- **Task**
Repeat the stretch of entries below from the line with "f 264 273 262" through the line with "f 284 283 274". Include both ends and add nothing.

++++ Supplied material ++++

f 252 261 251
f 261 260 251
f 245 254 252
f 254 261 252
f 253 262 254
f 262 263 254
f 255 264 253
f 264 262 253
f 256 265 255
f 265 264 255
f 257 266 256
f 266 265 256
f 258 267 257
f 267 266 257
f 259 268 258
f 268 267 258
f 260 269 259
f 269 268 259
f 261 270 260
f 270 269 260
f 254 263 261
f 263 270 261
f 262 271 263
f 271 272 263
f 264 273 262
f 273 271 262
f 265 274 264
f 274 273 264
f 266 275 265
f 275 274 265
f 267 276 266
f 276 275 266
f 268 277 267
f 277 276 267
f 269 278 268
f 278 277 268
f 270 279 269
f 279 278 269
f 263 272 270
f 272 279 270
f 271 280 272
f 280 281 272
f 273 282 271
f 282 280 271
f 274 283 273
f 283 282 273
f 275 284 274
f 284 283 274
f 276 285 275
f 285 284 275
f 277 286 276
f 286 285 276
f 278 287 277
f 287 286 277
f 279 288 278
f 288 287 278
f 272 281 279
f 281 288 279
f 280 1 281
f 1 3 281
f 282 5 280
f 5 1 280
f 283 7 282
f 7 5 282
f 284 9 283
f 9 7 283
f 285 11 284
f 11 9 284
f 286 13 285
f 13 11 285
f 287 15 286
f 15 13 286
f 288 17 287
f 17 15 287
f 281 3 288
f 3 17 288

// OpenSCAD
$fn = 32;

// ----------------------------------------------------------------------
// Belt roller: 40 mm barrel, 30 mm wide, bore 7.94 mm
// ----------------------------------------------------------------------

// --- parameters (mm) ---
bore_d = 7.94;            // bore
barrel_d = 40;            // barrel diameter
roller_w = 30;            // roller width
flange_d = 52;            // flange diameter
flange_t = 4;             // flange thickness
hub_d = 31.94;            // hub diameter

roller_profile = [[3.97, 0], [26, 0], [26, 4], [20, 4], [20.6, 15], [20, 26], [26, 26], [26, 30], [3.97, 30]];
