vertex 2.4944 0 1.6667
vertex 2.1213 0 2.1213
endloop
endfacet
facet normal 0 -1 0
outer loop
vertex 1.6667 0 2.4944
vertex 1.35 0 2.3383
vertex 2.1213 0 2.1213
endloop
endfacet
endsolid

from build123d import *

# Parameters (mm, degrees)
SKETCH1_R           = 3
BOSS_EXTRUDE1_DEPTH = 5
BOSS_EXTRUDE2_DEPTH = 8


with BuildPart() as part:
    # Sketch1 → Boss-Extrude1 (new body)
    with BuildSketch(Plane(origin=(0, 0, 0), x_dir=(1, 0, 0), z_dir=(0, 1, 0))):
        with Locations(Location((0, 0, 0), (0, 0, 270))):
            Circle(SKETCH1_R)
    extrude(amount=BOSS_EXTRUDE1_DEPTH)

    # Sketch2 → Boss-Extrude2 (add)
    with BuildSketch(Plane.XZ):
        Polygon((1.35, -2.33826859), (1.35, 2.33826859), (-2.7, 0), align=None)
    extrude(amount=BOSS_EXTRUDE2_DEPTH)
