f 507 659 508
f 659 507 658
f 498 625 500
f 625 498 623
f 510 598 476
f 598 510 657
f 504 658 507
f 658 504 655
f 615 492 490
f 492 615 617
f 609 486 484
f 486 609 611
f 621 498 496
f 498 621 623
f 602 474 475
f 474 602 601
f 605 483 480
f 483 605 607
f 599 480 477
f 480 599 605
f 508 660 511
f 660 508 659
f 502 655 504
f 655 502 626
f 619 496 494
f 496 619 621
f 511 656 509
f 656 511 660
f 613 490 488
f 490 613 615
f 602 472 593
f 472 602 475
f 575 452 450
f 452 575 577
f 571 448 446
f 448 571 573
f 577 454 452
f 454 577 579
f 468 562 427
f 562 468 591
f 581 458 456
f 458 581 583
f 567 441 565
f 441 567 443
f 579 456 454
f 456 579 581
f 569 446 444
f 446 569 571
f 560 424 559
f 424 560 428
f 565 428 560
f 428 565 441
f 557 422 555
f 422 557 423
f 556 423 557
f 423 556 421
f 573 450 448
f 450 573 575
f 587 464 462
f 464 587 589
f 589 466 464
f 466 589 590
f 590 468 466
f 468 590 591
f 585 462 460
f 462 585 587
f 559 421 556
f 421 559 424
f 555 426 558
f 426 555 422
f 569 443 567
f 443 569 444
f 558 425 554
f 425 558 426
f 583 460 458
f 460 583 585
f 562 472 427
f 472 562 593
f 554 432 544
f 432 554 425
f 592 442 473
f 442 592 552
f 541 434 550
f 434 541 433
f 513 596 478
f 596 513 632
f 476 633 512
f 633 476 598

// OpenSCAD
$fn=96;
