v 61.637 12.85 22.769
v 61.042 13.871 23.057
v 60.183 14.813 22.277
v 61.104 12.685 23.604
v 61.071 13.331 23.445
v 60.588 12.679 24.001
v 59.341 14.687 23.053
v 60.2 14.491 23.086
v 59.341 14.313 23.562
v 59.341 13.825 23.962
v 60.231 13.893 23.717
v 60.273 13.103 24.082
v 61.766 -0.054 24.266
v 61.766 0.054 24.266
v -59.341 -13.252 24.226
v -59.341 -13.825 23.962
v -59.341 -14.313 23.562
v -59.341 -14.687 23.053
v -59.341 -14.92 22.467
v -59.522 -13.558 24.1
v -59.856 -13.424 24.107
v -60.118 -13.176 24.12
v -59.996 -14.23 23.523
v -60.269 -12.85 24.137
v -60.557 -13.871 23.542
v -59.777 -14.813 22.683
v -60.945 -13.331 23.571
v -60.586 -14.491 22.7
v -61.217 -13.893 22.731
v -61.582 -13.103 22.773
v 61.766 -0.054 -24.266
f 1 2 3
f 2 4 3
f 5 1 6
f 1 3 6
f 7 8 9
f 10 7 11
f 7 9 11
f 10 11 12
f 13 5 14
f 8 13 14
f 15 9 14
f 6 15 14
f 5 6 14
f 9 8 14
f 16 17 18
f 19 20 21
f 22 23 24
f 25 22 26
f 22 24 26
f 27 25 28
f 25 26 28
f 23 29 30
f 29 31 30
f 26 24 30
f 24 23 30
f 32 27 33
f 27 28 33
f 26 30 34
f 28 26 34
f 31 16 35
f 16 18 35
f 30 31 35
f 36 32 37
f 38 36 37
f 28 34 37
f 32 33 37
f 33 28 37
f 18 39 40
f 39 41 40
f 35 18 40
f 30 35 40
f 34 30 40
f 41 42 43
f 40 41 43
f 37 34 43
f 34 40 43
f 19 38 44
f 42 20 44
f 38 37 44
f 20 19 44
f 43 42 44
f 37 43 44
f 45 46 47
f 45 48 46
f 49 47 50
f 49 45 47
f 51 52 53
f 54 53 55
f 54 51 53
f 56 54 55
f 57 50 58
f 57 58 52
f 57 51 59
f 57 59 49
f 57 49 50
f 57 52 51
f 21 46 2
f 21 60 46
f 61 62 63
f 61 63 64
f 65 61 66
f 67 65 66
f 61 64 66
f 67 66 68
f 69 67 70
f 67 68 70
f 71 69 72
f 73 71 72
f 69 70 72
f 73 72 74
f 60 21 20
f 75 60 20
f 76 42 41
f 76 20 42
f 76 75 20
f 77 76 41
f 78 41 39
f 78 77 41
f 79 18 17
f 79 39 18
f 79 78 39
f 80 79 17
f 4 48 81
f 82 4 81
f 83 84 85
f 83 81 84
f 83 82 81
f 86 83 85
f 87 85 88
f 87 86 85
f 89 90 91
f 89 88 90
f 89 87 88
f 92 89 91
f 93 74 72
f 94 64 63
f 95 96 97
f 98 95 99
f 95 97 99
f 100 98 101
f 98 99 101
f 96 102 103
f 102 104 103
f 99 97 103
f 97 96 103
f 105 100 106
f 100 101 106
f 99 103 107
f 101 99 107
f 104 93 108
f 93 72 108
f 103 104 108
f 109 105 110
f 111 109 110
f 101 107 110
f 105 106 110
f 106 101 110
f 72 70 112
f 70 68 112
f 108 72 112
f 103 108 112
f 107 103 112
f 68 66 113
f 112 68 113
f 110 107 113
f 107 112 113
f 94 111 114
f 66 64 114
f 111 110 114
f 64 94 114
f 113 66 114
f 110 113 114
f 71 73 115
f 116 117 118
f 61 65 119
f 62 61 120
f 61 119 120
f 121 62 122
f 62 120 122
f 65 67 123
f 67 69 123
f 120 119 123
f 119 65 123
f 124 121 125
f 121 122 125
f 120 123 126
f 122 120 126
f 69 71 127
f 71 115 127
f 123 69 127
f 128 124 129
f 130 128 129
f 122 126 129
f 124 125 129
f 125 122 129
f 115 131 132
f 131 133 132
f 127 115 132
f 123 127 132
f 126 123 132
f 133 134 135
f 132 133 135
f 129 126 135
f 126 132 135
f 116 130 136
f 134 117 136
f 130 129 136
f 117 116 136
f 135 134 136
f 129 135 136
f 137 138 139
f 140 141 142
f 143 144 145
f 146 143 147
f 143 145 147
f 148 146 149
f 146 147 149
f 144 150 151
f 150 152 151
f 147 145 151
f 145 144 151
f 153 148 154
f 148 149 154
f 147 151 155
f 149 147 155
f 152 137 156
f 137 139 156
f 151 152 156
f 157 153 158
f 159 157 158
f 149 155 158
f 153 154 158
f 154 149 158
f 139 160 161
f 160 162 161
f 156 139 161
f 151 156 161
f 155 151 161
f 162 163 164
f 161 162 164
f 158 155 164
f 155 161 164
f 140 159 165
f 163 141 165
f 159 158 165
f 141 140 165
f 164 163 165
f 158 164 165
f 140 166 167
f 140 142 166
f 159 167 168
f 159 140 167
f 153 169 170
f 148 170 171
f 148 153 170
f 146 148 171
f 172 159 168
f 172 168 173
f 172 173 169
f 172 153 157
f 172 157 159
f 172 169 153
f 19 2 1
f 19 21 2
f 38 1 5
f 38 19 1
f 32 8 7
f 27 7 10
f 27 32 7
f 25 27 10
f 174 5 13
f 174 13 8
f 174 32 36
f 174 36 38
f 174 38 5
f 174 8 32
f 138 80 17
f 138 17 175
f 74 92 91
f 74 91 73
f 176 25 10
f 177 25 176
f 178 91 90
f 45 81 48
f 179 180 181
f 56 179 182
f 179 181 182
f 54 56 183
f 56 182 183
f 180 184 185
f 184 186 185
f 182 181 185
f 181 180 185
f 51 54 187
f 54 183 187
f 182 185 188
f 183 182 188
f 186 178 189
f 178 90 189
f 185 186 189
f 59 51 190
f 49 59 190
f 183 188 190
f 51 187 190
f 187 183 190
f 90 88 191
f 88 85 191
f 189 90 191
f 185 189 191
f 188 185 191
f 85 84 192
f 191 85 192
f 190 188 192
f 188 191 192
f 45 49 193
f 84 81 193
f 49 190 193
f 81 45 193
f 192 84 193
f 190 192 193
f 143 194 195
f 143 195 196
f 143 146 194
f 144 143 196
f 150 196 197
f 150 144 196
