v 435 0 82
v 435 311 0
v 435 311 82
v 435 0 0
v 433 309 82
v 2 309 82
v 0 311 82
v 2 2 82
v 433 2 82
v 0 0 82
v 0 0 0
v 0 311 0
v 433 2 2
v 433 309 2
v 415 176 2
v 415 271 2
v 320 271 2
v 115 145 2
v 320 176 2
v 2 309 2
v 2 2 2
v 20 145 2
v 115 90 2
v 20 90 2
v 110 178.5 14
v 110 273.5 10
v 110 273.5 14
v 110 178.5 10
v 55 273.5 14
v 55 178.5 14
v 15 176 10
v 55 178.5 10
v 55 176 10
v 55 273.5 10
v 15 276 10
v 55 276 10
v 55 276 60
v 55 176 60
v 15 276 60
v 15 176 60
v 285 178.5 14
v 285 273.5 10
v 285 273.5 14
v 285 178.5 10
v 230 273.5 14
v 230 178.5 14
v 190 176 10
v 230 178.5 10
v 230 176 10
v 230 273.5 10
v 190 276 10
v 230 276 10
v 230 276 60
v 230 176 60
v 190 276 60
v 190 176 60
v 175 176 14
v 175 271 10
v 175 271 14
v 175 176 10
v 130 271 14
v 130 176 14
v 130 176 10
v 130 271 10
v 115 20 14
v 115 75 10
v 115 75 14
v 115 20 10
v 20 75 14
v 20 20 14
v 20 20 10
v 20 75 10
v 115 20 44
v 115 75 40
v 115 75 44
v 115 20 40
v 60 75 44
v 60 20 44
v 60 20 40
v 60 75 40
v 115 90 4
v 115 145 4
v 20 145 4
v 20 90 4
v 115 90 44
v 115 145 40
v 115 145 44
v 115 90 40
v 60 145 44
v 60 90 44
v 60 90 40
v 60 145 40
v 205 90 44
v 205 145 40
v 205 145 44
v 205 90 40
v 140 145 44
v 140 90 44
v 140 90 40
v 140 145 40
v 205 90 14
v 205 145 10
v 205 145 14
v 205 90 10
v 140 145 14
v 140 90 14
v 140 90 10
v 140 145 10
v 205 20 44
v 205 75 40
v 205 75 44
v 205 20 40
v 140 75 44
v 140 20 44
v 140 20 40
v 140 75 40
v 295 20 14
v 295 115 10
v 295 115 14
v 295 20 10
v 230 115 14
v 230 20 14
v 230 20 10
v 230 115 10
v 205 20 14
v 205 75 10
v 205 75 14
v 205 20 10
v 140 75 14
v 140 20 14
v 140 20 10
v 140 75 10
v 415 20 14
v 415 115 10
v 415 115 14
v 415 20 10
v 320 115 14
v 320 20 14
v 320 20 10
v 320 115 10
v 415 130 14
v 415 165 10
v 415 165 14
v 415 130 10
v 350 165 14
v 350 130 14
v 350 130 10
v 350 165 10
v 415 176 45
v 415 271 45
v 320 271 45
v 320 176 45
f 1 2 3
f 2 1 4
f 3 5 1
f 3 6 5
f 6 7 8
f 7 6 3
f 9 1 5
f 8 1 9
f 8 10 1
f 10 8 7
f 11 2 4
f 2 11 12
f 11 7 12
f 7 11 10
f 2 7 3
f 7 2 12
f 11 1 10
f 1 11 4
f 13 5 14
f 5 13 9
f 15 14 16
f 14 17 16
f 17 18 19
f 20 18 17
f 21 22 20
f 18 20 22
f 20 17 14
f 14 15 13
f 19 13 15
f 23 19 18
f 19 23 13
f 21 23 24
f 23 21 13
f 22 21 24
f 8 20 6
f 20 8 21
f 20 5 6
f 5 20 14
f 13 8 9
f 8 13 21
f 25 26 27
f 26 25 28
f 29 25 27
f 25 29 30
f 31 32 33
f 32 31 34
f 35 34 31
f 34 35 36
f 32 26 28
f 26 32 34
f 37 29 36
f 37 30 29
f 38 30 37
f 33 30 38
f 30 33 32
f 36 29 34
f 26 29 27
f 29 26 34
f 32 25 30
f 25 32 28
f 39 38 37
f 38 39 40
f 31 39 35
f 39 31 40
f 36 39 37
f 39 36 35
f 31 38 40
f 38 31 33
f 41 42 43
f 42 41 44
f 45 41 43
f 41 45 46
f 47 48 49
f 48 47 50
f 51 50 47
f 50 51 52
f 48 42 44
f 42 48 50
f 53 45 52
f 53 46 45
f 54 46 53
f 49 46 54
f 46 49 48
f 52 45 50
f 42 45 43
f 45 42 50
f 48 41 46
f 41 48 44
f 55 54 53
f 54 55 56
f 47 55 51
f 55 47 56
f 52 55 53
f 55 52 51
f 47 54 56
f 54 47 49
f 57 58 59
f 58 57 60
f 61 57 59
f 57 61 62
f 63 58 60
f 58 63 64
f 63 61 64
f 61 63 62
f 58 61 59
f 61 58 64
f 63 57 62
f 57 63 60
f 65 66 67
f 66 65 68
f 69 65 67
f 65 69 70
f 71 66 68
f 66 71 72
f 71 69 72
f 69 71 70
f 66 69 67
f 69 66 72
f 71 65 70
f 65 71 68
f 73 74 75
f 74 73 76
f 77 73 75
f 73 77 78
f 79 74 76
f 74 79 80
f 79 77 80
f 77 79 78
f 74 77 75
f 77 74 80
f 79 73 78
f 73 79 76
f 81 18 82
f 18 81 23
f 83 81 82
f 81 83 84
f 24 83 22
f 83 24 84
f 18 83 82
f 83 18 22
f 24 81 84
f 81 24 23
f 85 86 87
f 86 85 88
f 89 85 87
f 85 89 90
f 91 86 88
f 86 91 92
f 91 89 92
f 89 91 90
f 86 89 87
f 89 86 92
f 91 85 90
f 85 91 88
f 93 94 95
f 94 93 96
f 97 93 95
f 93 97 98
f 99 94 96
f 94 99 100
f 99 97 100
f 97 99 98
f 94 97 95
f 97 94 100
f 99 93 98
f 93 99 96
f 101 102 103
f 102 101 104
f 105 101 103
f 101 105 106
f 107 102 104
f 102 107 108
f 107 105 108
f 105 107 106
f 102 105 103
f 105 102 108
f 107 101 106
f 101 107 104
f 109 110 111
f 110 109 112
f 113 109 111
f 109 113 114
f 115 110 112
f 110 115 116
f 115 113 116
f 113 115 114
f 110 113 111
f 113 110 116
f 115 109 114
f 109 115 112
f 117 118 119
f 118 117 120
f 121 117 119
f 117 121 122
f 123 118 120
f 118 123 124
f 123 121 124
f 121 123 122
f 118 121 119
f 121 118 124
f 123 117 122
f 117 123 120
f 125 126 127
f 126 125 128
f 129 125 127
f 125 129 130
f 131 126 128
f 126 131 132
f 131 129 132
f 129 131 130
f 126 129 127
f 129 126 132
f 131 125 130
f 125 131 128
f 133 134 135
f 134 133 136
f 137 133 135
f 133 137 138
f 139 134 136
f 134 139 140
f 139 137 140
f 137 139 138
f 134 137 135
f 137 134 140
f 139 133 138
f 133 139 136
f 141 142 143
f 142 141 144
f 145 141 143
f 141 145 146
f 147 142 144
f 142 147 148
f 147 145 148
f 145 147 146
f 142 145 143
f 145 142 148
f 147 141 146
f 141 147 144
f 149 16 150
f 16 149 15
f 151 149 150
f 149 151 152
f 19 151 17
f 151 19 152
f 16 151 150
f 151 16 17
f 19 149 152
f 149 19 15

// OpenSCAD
width = 435;
height = 82;
depth = 311;

margin_lr = 20;


$fn = 64;


difference() {
  cube( [ width, depth, height ] );
            
  translate( [ 2, 2, 2 ] ) {
    cube( [ width - 4, depth - 4, height + 10 ] );
  }
}



// new channel left (blue)
translate( [ 15, depth - margin_lr - 115, 10 ] ) {
  translate( [ 40, 2.5, 0 ] ) {
      cube( [ 55, 95, 4 ] );
  }
  color( "blue" )
  cube( [ 40, 100, 50 ] );   
}

// new channel right (blue)
translate( [ 190, depth - margin_lr - 115, 10 ] ) {
  translate( [ 40, 2.5, 0 ] ) {
      cube( [ 55, 95, 4 ] );
  }
  color( "blue" )
  cube( [ 40, 100, 50 ] );    
}

// adau
translate( [ 130, depth - margin_lr - 115, 10 ] ) {
    color( "pink" )
  cube( [ 45, 95, 4 ] );   
}

// microprocessor
translate( [ margin_lr, margin_lr, 10 ] ) {
  color( "brown" )
  cube( [ 95, 55, 4 ] );   
}

// GPIO extender (pink)
translate( [ margin_lr + 40, margin_lr, 40 ] ) {
  color( "pink" )
  cube( [ 55, 55, 4 ] );   
}

// SPDIF (cyan)
translate( [ margin_lr, margin_lr + 70, 0 ] ) {
    color( "cyan" )
  cube( [ 95, 55, 4 ] );   
}

// DAC (orange)
translate( [ margin_lr + 40, margin_lr + 70, 40 ] ) {
  color( "orange" )
  cube( [ 55, 55, 4 ] );   
}


// subwoofer (magenta)
translate( [ 140, 90, 40 ] ) {
  color( "black" )
  cube( [ 65, 55, 4 ] );   
}


// channel sel (Yellow)
translate( [ 140, margin_lr + 70, 10 ] ) {
  color( "yellow" )
  cube( [ 65, 55, 4 ] );   
}

// vinyl (RED)
translate( [ 140, margin_lr, 40 ] ) {
  color( "red" )
  cube( [ 65, 55, 4 ] );   
}

// digital/ananlog power suppy
translate( [ 230, margin_lr, 10 ] ) {
  color( "Lavender" )
  cube( [ 65, 95, 4 ] );   
}
    
// FTDI
translate( [ 140, margin_lr, 10 ] ) {
  color( "purple" )
  cube( [ 65, 55, 4 ] );   
}
    

// power suppy
translate( [ width - margin_lr - 95, margin_lr, 10 ] ) {
  cube( [ 95, 95, 4 ] );   
}

// ground lift (green)
translate( [ width - margin_lr - 65, 130, 10 ] ) {
  color( "green" )
  cube( [ 65, 35, 4 ] );   
}


// toroid
translate( [ width - margin_lr - 95, depth - 135, 0 ] ) {
  cube( [ 95, 95, 45] );   
}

++++

- **Reply to the exercise**
f 264 273 262
f 273 271 262
f 265 274 264
f 274 273 264
f 266 275 265
f 275 274 265
f 267 276 266
f 276 275 266
f 268 277 267
f 277 276 267
f 269 278 268
f 278 277 268
f 270 279 269
f 279 278 269
f 263 272 270
f 272 279 270
f 271 280 272
f 280 281 272
f 273 282 271
f 282 280 271
f 274 283 273
f 283 282 273
f 275 284 274
f 284 283 274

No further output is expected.